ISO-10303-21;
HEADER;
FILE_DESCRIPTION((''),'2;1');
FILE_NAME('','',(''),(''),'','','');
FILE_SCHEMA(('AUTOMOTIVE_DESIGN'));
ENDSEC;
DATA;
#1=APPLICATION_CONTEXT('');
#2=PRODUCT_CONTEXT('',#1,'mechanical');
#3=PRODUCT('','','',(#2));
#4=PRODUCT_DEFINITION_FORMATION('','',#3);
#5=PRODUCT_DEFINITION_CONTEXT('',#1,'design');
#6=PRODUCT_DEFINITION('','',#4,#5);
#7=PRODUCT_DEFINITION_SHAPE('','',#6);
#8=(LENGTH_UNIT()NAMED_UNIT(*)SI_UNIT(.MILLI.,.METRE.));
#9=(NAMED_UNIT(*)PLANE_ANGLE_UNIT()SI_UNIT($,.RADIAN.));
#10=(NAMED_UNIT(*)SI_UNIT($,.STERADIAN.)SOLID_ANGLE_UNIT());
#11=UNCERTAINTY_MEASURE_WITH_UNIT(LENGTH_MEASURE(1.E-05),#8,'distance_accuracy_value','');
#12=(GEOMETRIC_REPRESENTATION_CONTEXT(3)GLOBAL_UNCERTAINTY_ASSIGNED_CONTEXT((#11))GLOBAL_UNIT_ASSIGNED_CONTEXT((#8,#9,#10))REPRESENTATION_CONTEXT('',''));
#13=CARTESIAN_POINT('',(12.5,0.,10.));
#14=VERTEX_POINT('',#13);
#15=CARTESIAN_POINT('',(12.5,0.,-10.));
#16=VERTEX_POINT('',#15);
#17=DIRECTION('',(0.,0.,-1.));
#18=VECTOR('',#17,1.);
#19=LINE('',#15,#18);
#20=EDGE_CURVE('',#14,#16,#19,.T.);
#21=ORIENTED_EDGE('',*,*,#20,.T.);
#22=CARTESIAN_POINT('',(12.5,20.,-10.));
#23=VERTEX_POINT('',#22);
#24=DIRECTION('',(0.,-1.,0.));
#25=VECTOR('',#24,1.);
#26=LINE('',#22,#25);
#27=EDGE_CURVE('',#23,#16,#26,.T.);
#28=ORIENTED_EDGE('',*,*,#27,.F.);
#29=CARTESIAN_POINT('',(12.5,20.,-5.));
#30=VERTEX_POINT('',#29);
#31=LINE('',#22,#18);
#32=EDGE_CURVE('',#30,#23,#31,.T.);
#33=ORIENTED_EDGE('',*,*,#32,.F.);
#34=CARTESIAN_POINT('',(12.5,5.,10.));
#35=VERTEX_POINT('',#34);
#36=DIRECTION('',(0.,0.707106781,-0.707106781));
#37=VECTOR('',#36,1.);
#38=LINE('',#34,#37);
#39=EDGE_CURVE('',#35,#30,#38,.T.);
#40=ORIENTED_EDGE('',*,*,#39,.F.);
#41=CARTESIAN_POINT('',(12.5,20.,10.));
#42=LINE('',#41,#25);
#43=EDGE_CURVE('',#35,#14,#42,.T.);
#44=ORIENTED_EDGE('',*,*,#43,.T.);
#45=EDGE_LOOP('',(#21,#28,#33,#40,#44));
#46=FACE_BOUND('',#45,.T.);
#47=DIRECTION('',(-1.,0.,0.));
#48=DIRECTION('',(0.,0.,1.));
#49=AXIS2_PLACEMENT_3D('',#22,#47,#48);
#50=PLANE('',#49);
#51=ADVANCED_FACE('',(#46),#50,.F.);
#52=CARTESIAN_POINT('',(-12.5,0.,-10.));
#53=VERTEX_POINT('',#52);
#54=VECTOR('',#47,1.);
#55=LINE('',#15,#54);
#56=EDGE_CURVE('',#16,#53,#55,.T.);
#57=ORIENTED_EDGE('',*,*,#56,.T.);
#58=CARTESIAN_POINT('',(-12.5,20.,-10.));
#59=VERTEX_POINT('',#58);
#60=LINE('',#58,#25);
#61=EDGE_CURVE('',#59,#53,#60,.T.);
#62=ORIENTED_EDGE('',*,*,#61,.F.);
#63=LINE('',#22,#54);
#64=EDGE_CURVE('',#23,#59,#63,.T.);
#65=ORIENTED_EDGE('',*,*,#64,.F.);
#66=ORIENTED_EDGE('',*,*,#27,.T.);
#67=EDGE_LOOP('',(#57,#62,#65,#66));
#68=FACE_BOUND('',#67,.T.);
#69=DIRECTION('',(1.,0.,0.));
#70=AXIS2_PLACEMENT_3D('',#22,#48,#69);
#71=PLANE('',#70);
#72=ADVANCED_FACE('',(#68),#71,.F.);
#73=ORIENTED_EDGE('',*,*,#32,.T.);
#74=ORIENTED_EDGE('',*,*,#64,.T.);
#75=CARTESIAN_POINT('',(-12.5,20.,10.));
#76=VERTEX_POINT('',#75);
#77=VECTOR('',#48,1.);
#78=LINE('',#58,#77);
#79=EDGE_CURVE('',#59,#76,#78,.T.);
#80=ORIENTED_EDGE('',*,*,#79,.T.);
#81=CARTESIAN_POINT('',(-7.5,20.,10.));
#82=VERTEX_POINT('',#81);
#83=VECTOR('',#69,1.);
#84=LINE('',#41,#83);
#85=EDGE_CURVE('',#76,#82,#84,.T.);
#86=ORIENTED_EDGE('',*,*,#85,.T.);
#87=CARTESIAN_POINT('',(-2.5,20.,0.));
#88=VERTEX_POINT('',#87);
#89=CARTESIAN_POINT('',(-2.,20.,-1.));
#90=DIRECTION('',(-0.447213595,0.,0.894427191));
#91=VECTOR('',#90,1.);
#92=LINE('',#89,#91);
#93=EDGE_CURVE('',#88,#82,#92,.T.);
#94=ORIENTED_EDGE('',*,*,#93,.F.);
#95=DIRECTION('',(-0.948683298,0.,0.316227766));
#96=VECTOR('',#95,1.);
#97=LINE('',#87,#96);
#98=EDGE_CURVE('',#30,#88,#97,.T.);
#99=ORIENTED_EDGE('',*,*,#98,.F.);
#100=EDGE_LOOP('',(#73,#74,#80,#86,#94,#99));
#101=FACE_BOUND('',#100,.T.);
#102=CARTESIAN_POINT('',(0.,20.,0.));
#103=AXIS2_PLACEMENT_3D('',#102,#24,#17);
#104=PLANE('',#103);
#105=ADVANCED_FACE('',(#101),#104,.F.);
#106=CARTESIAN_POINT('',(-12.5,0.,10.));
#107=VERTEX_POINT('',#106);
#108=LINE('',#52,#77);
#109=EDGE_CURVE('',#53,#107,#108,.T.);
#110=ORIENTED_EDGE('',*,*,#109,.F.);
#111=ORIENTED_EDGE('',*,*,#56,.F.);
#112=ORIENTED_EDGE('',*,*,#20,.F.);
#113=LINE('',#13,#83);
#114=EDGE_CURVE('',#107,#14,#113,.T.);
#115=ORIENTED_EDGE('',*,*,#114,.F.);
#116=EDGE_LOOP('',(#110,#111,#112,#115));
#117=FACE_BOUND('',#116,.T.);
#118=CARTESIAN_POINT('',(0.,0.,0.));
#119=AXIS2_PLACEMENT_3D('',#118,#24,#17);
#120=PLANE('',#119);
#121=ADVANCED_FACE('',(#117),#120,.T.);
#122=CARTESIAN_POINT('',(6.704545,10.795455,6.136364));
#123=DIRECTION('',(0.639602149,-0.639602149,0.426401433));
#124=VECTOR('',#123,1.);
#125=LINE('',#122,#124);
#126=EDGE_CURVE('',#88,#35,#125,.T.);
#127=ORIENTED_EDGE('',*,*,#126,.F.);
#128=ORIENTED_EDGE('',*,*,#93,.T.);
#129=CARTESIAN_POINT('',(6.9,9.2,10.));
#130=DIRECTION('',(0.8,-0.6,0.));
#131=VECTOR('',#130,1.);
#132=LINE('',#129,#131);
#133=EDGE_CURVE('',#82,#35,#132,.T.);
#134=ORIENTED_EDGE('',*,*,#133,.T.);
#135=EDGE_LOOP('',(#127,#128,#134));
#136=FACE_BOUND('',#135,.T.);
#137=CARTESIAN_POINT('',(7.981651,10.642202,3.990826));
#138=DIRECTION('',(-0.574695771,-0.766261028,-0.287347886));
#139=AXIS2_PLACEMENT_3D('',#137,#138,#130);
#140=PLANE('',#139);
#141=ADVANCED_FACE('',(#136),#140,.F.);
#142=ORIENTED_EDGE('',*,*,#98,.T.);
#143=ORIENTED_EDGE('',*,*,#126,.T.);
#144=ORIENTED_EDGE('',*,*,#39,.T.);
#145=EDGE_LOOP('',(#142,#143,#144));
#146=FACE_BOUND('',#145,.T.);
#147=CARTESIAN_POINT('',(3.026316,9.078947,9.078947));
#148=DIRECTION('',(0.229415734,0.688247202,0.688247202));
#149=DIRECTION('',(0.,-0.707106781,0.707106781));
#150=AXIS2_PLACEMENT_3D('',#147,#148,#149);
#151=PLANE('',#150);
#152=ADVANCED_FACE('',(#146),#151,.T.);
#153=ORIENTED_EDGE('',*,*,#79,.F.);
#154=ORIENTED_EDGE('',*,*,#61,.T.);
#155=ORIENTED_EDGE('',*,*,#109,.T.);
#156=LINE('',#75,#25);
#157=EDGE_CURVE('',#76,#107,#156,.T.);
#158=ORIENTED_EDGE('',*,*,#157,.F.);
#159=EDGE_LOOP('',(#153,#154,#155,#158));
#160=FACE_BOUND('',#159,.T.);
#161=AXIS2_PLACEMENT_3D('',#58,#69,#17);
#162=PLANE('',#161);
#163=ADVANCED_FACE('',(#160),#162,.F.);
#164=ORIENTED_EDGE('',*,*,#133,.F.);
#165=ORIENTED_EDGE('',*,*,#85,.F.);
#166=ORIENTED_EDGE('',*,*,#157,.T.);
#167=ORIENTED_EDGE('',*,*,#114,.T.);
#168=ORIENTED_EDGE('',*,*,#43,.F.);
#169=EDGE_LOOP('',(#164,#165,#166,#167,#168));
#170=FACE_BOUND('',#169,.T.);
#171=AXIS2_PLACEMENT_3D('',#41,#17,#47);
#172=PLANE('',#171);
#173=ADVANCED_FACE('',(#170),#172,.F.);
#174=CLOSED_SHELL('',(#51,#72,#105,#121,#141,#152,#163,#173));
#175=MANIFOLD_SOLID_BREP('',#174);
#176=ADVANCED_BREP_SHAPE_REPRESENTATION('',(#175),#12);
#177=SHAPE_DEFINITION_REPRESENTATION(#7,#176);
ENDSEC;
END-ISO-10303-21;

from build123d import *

# Parameters (mm, degrees)
SKETCH_1_W          = 25
SKETCH_1_H          = 20
EXTRUDE_1_DEPTH     = 20
CUT_EXTRUDE_1_DEPTH = 20
CUT_EXTRUDE_5_DEPTH = 20


with BuildPart() as part:
    # 草圖1 → 填料-伸長1 (new body)
    with BuildSketch(Plane(origin=(0, 0, 0), x_dir=(1, 0, 0), z_dir=(0, 1, 0))):
        Rectangle(SKETCH_1_W, SKETCH_1_H)
    extrude(amount=EXTRUDE_1_DEPTH)

    # 草圖5 → 除料-伸長1 (cut)
    with BuildSketch(Plane(origin=(7.981651376, 10.642201835, 3.990825688), x_dir=(-0.818367137, 0.538104419, 0.201789157), z_dir=(-0.574695771, -0.766261028, -0.287347886))):
        Polygon((-5.521175546, -7.607674568), (18.917733471, -2.340822944), (12.808006217, 7.022468832), align=None)
    extrude(amount=-CUT_EXTRUDE_1_DEPTH, mode=Mode.SUBTRACT)

    # 草圖7 → 除料-伸長5 (cut)
    with BuildSketch(Plane(origin=(3.026315789, 9.078947368, 9.078947368), x_dir=(0.973328527, -0.162221421, -0.162221421), z_dir=(0.229415734, 0.688247202, 0.688247202))):
        Polygon((9.733285268, -3.535533906), (9.733285268, 17.67766953), (-5.67774974, 14.142135624), align=None)
    extrude(amount=CUT_EXTRUDE_5_DEPTH, mode=Mode.SUBTRACT)


solid = part.part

■ Exercise aim ■
The response must hold only the lines above from the line with "#70=AXIS2_PLACEMENT_3D('',#22,#48,#69);" through the line with "#96=VECTOR('',#95,1.);", each copied exactly, both ends kept.

■ Written answer ■
#70=AXIS2_PLACEMENT_3D('',#22,#48,#69);
#71=PLANE('',#70);
#72=ADVANCED_FACE('',(#68),#71,.F.);
#73=ORIENTED_EDGE('',*,*,#32,.T.);
#74=ORIENTED_EDGE('',*,*,#64,.T.);
#75=CARTESIAN_POINT('',(-12.5,20.,10.));
#76=VERTEX_POINT('',#75);
#77=VECTOR('',#48,1.);
#78=LINE('',#58,#77);
#79=EDGE_CURVE('',#59,#76,#78,.T.);
#80=ORIENTED_EDGE('',*,*,#79,.T.);
#81=CARTESIAN_POINT('',(-7.5,20.,10.));
#82=VERTEX_POINT('',#81);
#83=VECTOR('',#69,1.);
#84=LINE('',#41,#83);
#85=EDGE_CURVE('',#76,#82,#84,.T.);
#86=ORIENTED_EDGE('',*,*,#85,.T.);
#87=CARTESIAN_POINT('',(-2.5,20.,0.));
#88=VERTEX_POINT('',#87);
#89=CARTESIAN_POINT('',(-2.,20.,-1.));
#90=DIRECTION('',(-0.447213595,0.,0.894427191));
#91=VECTOR('',#90,1.);
#92=LINE('',#89,#91);
#93=EDGE_CURVE('',#88,#82,#92,.T.);
#94=ORIENTED_EDGE('',*,*,#93,.F.);
#95=DIRECTION('',(-0.948683298,0.,0.316227766));
#96=VECTOR('',#95,1.);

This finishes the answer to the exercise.